Second, too many liberals thought they could make Trump go away by impeachment rather than by beating him at the ballot box. This is turning into a psychological trait of our age. In a sense, what liberals hoped Mueller would do was no-platform the president: don’t engage with him, don’t tolerate him, just find a photo of him with a KGB agent and — boom — we can impeach the old man out of office. “America is our safe space; haters not wanted.”

Third, and this is the biggest mistake of all, the American Left has obsessed too much about the past, neglecting to build a winning strategy for the future.

This is understandable. To Democrats, the victory of Trump over Hillary Clinton was so unlikely and so devastating that they assumed he must have somehow stolen the election. Otherwise they’d have to confront the uncomfortable possibility that Clinton was less appealing to working-class Americans than the most radical Republican since Barry Goldwater. Conspiracy theories abounded: Russia was an easy explanation.

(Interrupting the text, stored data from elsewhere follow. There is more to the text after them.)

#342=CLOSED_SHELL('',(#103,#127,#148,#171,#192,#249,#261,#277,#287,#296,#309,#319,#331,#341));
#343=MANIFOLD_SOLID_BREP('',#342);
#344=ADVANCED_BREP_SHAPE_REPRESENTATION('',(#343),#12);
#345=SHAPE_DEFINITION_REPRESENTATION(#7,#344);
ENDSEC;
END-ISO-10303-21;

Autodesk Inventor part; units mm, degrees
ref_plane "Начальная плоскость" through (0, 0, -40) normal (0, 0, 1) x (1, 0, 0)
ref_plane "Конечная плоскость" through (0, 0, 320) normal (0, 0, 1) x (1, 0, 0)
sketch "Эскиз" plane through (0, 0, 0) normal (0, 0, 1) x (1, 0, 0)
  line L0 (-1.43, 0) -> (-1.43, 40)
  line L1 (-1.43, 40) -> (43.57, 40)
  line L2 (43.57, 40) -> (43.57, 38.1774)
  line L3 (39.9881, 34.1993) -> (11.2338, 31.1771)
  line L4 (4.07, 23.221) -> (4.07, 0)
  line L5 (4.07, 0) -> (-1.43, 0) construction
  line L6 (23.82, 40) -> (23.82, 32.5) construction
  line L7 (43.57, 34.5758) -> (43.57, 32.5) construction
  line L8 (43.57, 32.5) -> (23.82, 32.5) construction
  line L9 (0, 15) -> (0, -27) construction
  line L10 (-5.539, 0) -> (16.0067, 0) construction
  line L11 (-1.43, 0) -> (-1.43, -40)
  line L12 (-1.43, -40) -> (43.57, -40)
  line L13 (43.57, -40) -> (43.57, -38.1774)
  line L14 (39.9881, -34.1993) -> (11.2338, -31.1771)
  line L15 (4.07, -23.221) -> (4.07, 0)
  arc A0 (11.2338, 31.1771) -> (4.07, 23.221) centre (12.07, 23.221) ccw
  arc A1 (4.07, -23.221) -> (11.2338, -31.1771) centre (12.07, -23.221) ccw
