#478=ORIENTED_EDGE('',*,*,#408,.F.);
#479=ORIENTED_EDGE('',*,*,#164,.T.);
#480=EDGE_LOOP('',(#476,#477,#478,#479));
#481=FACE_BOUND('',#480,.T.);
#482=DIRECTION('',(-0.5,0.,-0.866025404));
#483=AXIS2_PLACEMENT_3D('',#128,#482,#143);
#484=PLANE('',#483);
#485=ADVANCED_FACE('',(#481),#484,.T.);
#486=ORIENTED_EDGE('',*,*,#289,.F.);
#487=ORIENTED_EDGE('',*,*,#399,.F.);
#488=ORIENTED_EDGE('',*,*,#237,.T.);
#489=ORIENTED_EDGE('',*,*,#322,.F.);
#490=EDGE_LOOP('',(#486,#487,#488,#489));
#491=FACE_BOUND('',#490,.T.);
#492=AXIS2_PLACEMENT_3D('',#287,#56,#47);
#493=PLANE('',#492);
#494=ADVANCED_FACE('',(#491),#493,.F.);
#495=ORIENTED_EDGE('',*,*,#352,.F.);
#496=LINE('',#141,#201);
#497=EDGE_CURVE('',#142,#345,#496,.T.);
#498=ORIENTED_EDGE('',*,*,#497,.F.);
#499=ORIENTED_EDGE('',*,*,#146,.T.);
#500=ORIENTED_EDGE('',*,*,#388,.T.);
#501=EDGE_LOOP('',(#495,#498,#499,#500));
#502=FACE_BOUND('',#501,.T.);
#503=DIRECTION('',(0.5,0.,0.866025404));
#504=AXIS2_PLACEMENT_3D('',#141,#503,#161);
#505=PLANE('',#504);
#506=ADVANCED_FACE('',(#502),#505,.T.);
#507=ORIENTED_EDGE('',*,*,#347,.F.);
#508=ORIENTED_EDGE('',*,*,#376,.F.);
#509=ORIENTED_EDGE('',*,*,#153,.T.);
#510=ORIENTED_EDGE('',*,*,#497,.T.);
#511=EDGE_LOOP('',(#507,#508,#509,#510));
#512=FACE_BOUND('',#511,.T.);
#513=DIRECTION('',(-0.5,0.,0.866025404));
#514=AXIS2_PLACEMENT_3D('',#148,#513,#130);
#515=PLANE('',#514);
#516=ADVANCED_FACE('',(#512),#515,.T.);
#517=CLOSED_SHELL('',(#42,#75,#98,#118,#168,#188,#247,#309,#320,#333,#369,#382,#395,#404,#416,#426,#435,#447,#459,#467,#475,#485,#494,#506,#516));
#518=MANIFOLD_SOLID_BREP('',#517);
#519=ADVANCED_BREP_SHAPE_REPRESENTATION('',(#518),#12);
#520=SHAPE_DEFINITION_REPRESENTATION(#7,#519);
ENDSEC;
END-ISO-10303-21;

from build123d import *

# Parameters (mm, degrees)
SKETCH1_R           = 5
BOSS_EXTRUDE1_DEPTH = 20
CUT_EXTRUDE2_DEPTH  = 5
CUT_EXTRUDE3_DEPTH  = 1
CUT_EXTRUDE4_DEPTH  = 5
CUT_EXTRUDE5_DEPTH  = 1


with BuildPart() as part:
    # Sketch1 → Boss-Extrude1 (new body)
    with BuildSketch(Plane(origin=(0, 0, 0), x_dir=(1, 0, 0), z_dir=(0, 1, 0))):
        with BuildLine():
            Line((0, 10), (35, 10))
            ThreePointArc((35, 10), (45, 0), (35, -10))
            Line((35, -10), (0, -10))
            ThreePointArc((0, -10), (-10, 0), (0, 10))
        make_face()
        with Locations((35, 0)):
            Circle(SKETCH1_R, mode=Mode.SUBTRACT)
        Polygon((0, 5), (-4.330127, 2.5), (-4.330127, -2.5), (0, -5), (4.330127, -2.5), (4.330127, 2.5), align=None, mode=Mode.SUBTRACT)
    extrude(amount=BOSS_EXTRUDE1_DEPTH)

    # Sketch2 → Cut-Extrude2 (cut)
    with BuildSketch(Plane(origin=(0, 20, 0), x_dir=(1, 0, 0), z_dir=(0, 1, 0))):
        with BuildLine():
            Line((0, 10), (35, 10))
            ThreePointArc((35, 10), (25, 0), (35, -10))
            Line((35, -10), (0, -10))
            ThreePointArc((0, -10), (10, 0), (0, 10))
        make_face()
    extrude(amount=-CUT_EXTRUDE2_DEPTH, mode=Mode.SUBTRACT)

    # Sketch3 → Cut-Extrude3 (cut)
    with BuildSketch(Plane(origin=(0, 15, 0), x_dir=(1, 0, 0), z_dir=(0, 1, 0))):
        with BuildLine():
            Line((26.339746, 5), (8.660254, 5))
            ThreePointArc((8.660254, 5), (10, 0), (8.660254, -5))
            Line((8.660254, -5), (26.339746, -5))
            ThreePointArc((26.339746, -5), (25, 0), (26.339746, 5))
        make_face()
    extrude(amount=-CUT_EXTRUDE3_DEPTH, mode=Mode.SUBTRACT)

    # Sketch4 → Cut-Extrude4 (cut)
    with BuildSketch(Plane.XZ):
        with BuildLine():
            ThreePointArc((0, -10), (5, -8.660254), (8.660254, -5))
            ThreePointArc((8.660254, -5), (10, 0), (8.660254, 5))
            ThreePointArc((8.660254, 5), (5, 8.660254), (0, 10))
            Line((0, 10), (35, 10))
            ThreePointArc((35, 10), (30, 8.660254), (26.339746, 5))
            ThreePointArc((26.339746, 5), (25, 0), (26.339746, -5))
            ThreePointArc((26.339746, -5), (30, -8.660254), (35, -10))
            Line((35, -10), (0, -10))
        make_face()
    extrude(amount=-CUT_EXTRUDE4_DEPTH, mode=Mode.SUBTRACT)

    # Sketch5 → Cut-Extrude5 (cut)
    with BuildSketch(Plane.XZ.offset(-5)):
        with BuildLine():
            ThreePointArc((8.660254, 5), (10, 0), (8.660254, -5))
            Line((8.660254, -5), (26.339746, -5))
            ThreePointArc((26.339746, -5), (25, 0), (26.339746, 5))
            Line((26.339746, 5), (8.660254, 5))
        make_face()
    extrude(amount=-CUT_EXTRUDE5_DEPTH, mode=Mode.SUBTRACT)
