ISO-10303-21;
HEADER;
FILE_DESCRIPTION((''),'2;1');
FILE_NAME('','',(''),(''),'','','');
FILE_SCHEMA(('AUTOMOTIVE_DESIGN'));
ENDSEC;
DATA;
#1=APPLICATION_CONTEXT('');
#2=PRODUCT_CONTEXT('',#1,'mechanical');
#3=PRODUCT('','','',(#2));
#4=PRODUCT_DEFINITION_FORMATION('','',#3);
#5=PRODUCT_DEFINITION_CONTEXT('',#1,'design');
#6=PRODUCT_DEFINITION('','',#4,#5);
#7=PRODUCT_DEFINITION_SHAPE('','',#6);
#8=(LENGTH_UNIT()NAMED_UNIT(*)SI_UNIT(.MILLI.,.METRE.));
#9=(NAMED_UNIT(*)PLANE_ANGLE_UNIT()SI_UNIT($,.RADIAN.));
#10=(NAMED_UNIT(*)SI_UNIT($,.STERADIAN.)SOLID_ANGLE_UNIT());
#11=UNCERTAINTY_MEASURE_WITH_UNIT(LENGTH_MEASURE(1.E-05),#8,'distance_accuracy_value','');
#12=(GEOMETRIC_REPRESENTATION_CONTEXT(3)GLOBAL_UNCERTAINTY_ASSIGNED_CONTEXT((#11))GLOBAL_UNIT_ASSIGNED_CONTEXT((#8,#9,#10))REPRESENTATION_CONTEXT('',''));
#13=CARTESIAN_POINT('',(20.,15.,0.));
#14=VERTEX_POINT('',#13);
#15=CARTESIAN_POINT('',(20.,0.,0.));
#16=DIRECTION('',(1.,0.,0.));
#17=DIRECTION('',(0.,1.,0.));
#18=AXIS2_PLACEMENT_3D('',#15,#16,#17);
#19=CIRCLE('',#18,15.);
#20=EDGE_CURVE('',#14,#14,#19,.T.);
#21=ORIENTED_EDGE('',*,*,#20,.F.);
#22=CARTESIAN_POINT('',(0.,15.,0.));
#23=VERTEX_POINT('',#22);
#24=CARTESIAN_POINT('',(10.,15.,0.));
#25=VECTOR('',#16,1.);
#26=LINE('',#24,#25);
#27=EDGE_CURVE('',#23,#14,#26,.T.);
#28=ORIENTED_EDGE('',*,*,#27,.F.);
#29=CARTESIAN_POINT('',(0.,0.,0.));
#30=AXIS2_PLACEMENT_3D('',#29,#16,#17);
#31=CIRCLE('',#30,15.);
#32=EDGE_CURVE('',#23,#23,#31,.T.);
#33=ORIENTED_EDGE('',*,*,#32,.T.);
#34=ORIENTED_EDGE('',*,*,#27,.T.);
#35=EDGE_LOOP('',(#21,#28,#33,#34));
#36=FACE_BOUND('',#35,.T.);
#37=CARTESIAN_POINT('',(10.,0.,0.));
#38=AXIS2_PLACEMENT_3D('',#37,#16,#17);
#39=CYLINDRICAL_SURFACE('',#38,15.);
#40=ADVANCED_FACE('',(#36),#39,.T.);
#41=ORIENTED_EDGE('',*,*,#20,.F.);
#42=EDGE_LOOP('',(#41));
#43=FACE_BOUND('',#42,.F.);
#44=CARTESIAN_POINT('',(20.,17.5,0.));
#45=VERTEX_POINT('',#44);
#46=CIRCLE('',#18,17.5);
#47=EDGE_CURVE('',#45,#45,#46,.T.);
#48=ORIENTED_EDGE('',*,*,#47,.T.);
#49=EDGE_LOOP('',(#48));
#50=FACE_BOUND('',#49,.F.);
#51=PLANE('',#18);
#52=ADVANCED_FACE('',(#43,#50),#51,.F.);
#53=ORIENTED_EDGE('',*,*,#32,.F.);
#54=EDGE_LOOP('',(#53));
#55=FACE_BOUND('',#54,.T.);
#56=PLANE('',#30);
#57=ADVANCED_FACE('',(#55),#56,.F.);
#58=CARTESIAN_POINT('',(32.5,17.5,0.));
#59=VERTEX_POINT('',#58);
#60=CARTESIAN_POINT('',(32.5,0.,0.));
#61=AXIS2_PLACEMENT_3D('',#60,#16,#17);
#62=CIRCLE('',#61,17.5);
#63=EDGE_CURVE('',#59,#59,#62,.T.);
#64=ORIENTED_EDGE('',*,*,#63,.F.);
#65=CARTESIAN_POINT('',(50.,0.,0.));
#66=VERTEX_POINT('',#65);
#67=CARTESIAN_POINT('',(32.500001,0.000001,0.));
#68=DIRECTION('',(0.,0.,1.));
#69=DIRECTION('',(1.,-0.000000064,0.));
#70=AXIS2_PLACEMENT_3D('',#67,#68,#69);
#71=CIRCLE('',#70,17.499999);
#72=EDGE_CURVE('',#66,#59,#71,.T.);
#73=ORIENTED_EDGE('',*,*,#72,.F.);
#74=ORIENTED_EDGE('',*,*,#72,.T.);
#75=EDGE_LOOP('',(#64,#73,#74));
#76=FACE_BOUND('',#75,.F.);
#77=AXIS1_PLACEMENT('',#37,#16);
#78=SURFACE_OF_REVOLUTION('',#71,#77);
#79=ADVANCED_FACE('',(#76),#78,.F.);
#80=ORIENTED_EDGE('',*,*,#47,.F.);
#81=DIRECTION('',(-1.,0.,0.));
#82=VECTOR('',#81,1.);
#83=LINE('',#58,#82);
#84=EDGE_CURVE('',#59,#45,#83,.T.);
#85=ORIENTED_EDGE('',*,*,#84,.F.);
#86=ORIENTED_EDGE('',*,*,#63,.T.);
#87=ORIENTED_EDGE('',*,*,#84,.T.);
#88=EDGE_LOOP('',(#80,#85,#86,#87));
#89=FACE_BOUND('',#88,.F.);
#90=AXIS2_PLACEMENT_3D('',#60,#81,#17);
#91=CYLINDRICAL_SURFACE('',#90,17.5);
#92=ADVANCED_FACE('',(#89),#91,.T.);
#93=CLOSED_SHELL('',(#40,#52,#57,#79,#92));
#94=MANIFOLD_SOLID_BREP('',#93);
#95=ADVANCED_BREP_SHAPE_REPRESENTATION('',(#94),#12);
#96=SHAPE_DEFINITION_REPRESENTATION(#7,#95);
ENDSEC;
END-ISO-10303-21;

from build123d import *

# Parameters (mm, degrees)
F0_W = 20
F0_H = 15


with BuildPart() as f1:
    # F0 (on Top) → F1 (revolve)
    with BuildSketch(Plane.XY):
        with Locations((10, 7.5)):
            Rectangle(F0_W, F0_H)
        Polygon((20, 15), (20, 0), (32.5, 0), (32.5, 17.5), (20, 17.5), align=None)
        with BuildLine():
            Line((32.5, 17.5), (32.5, 0))
            Line((32.5, 0), (50, 0))
            ThreePointArc((50, 0), (44.874369, 12.374369), (32.5, 17.5))
        make_face()
    revolve(axis=Axis((10, 0, 0), (1, 0, 0)))


solid = f1.part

In fact, the Mueller report concludes that Moscow did try to influence the 2016 election, which itself should put Republicans on the back foot: what is it about Trump that, by inference, made him more attractive to the Kremlin as a presidential candidate than Clinton? But while any foreign interference is obviously important, Trump has been in the White House now for two years and has a record — some good, some bad — that demands scrutiny. At what point are Democrats going to start dealing with Trump as a concrete reality rather than Trump as the existential psychodrama of 2016?

The same error has been made in the UK. Millions of words have been written about why Britain voted for Brexit. Class war, culture war and the like.It’s an interesting subject: it would make a great PhD. But all the while we’ve been arguing over why Britain voted Leave three years after the fact, we’ve had precious little talk about the more relevant question of “how” it is going to leave — and that’s why it is in this present mess.

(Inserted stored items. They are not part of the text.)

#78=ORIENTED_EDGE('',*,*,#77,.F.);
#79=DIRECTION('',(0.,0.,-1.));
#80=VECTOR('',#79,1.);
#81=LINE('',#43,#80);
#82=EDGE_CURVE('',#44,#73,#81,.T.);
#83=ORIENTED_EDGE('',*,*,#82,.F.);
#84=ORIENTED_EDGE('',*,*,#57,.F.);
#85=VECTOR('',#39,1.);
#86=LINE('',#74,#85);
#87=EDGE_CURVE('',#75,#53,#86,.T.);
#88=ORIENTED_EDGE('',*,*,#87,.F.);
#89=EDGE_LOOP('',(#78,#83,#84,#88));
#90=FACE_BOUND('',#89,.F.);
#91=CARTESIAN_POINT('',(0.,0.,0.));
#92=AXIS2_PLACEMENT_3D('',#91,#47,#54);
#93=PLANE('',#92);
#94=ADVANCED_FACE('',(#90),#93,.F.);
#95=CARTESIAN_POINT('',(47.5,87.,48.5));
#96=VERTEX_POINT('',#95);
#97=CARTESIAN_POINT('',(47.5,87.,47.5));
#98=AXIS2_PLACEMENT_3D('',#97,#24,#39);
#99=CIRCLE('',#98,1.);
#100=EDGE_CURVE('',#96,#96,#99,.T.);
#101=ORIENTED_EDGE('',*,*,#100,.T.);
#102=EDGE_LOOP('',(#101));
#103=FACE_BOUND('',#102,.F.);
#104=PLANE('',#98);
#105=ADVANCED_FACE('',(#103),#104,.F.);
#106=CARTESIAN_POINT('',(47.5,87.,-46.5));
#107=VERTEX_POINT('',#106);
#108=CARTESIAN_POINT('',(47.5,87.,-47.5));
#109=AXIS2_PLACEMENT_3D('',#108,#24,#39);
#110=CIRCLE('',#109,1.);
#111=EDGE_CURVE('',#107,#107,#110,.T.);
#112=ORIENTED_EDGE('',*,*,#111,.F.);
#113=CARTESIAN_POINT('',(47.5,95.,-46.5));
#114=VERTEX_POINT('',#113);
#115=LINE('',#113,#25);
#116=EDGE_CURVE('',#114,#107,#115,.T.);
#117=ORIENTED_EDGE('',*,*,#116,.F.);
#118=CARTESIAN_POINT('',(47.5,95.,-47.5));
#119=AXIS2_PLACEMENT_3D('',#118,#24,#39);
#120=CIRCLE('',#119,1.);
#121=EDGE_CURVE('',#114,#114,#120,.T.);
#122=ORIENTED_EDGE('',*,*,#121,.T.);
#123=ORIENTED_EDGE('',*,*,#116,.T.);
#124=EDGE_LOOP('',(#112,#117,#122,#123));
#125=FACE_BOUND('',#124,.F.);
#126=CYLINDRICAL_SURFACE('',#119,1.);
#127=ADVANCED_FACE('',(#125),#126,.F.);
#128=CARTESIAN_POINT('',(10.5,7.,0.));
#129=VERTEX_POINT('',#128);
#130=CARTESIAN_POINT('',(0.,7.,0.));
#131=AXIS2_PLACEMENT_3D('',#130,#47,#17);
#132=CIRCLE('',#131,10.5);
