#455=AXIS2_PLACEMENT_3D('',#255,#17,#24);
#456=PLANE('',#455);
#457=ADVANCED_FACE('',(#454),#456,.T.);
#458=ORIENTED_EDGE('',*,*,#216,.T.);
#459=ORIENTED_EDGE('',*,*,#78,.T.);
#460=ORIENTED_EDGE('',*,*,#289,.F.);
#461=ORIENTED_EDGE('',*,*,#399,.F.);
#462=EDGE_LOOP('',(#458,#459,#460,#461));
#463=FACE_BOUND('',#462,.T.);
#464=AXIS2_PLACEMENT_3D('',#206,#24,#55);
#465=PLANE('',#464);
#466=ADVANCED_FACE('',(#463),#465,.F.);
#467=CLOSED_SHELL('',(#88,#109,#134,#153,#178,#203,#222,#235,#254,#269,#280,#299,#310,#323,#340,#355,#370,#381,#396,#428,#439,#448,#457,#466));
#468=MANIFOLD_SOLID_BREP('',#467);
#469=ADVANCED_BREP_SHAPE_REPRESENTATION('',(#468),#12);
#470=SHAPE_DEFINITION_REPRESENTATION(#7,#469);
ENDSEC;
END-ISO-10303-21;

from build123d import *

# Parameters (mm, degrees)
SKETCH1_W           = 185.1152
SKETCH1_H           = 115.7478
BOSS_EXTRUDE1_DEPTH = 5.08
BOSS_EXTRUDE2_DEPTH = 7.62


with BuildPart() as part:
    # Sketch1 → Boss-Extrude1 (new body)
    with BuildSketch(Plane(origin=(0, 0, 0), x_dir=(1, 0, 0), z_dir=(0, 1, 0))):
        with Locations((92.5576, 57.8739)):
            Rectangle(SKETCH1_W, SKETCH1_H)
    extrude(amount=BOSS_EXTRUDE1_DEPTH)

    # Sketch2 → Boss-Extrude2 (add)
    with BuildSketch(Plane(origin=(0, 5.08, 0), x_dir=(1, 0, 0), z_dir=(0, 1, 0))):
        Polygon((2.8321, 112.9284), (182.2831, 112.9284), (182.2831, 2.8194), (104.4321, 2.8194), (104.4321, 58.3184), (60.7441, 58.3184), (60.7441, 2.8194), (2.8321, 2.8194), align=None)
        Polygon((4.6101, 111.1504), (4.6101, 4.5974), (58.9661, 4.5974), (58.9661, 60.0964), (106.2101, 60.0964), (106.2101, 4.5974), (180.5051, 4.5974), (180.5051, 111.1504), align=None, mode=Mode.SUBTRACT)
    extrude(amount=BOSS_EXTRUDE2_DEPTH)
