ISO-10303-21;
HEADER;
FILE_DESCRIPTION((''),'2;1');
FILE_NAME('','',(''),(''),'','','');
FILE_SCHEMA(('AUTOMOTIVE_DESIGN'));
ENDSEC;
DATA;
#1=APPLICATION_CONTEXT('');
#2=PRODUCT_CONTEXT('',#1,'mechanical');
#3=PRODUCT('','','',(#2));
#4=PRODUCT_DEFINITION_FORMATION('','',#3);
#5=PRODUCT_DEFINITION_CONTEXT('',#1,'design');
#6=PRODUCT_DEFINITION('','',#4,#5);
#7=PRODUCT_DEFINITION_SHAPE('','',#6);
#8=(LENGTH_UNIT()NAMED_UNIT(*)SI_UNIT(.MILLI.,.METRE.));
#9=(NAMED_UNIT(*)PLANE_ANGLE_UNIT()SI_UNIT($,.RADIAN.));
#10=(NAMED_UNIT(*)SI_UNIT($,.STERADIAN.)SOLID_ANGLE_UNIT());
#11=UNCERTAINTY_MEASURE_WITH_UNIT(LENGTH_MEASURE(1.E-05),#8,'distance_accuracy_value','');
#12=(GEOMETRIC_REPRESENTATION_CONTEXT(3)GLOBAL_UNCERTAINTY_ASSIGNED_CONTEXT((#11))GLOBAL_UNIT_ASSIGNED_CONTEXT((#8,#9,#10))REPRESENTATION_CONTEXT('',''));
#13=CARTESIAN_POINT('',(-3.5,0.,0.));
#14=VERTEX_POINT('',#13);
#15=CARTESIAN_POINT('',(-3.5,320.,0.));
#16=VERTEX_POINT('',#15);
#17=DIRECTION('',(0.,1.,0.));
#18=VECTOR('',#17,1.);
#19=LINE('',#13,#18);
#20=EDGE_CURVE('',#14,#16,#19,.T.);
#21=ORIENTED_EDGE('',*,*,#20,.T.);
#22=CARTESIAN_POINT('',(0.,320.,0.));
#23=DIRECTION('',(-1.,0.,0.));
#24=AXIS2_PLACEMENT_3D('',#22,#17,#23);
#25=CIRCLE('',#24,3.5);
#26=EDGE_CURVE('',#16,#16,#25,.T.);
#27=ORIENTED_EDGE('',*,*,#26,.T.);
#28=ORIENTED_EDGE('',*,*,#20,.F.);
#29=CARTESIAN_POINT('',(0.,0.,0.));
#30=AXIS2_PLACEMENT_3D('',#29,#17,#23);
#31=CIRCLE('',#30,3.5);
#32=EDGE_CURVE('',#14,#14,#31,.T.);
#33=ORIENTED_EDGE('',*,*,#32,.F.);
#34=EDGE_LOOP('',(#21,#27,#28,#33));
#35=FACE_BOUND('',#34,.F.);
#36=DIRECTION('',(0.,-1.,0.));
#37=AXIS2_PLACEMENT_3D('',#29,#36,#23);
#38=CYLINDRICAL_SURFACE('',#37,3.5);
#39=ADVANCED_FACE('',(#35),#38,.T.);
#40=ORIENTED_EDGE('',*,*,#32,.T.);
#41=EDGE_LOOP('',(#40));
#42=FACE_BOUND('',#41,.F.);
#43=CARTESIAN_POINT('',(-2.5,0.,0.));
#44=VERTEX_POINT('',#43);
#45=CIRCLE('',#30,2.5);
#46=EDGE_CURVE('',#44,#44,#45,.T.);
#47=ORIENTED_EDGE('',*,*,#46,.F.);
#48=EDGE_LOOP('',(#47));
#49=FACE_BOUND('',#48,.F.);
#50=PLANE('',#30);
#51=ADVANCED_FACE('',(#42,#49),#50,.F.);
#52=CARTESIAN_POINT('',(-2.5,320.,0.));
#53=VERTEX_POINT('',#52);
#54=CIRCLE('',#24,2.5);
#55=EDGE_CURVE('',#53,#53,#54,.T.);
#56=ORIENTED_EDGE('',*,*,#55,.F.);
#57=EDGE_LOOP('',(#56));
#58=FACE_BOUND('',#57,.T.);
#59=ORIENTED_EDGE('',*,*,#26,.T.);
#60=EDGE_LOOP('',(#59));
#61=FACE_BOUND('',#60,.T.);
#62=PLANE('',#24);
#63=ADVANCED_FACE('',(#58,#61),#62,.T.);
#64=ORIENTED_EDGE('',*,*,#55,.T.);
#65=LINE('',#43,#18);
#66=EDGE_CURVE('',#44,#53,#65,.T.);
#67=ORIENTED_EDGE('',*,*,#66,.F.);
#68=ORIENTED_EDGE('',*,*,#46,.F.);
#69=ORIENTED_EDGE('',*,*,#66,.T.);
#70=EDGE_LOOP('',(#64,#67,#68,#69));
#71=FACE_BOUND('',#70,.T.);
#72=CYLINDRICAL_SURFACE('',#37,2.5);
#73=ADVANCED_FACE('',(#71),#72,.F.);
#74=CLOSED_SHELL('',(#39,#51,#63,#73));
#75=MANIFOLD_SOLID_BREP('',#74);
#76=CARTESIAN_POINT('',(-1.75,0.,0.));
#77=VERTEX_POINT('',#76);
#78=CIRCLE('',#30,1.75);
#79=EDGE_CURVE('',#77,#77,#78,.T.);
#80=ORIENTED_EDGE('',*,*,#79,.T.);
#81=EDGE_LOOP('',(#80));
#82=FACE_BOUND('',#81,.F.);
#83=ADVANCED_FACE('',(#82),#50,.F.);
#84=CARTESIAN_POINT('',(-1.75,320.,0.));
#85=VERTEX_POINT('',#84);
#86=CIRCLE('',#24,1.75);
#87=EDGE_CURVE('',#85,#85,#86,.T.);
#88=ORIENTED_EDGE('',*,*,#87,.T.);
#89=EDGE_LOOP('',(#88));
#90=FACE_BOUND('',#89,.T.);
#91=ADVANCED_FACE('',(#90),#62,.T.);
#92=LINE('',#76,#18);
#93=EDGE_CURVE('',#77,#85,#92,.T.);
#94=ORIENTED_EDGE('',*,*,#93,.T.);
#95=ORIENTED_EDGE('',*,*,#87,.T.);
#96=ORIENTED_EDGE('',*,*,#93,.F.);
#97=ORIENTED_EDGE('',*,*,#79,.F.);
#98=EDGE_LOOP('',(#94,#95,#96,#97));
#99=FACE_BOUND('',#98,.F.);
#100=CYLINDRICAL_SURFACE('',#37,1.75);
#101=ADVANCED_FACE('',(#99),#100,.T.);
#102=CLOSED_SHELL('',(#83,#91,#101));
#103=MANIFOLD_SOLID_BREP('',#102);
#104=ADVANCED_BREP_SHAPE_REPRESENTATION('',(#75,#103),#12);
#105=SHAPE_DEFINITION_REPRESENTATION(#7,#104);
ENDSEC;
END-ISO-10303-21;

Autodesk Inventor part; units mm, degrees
ref_plane "YZ Plane" through (0, 0, 0) normal (1, 0, 0) x (0, 1, 0)
ref_plane "XZ Plane" through (0, 0, 0) normal (0, 1, 0) x (-1, 0, 0)
ref_plane "XY Plane" through (0, 0, 0) normal (0, 0, 1) x (1, 0, 0)
sketch "Эскиз1" plane through (0, 0, 0) normal (0, 1, 0) x (-1, 0, 0)
  circle A0 centre (0, 0) radius 3.5
  circle A1 centre (0, 0) radius 2.5
  circle A2 centre (0, 0) radius 1.75
  dimension "d0" = 7
  dimension "d1" = 5
  dimension "d2" = 3.5
extrude "Выдавливание1" add sketch "Эскиз1" along normal blind 320 contours A2
extrude "Выдавливание2" add sketch "Эскиз1" along normal blind 320 contours A0
properties part number "wire_A"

Politicians are to blame; so is the media. I went on television shortly after the Withdrawal Agreement was published and got all of about 90 seconds to debate its contents. Most of the rest of the conversation was taken up with personality politics, democracy and treachery, which, as the choice of “no deal” or “no Brexit” comes screeching towards us, suddenly seem relatively unimportant.

It’s as if Britain and America have gone into shock. Something big has happened to us and we can’t get over it. We just stagger about asking if we can replay the past and do it differently. Can we impeach Trump? Can we have a second referendum? Both were democratic choices that we have to learn to live with. Criticise them on the merits, by all means, but don’t retreat into conspiracy theories. Russian spy fiction is fun, no doubt, but not an acceptable distraction from the facts of our present crisis.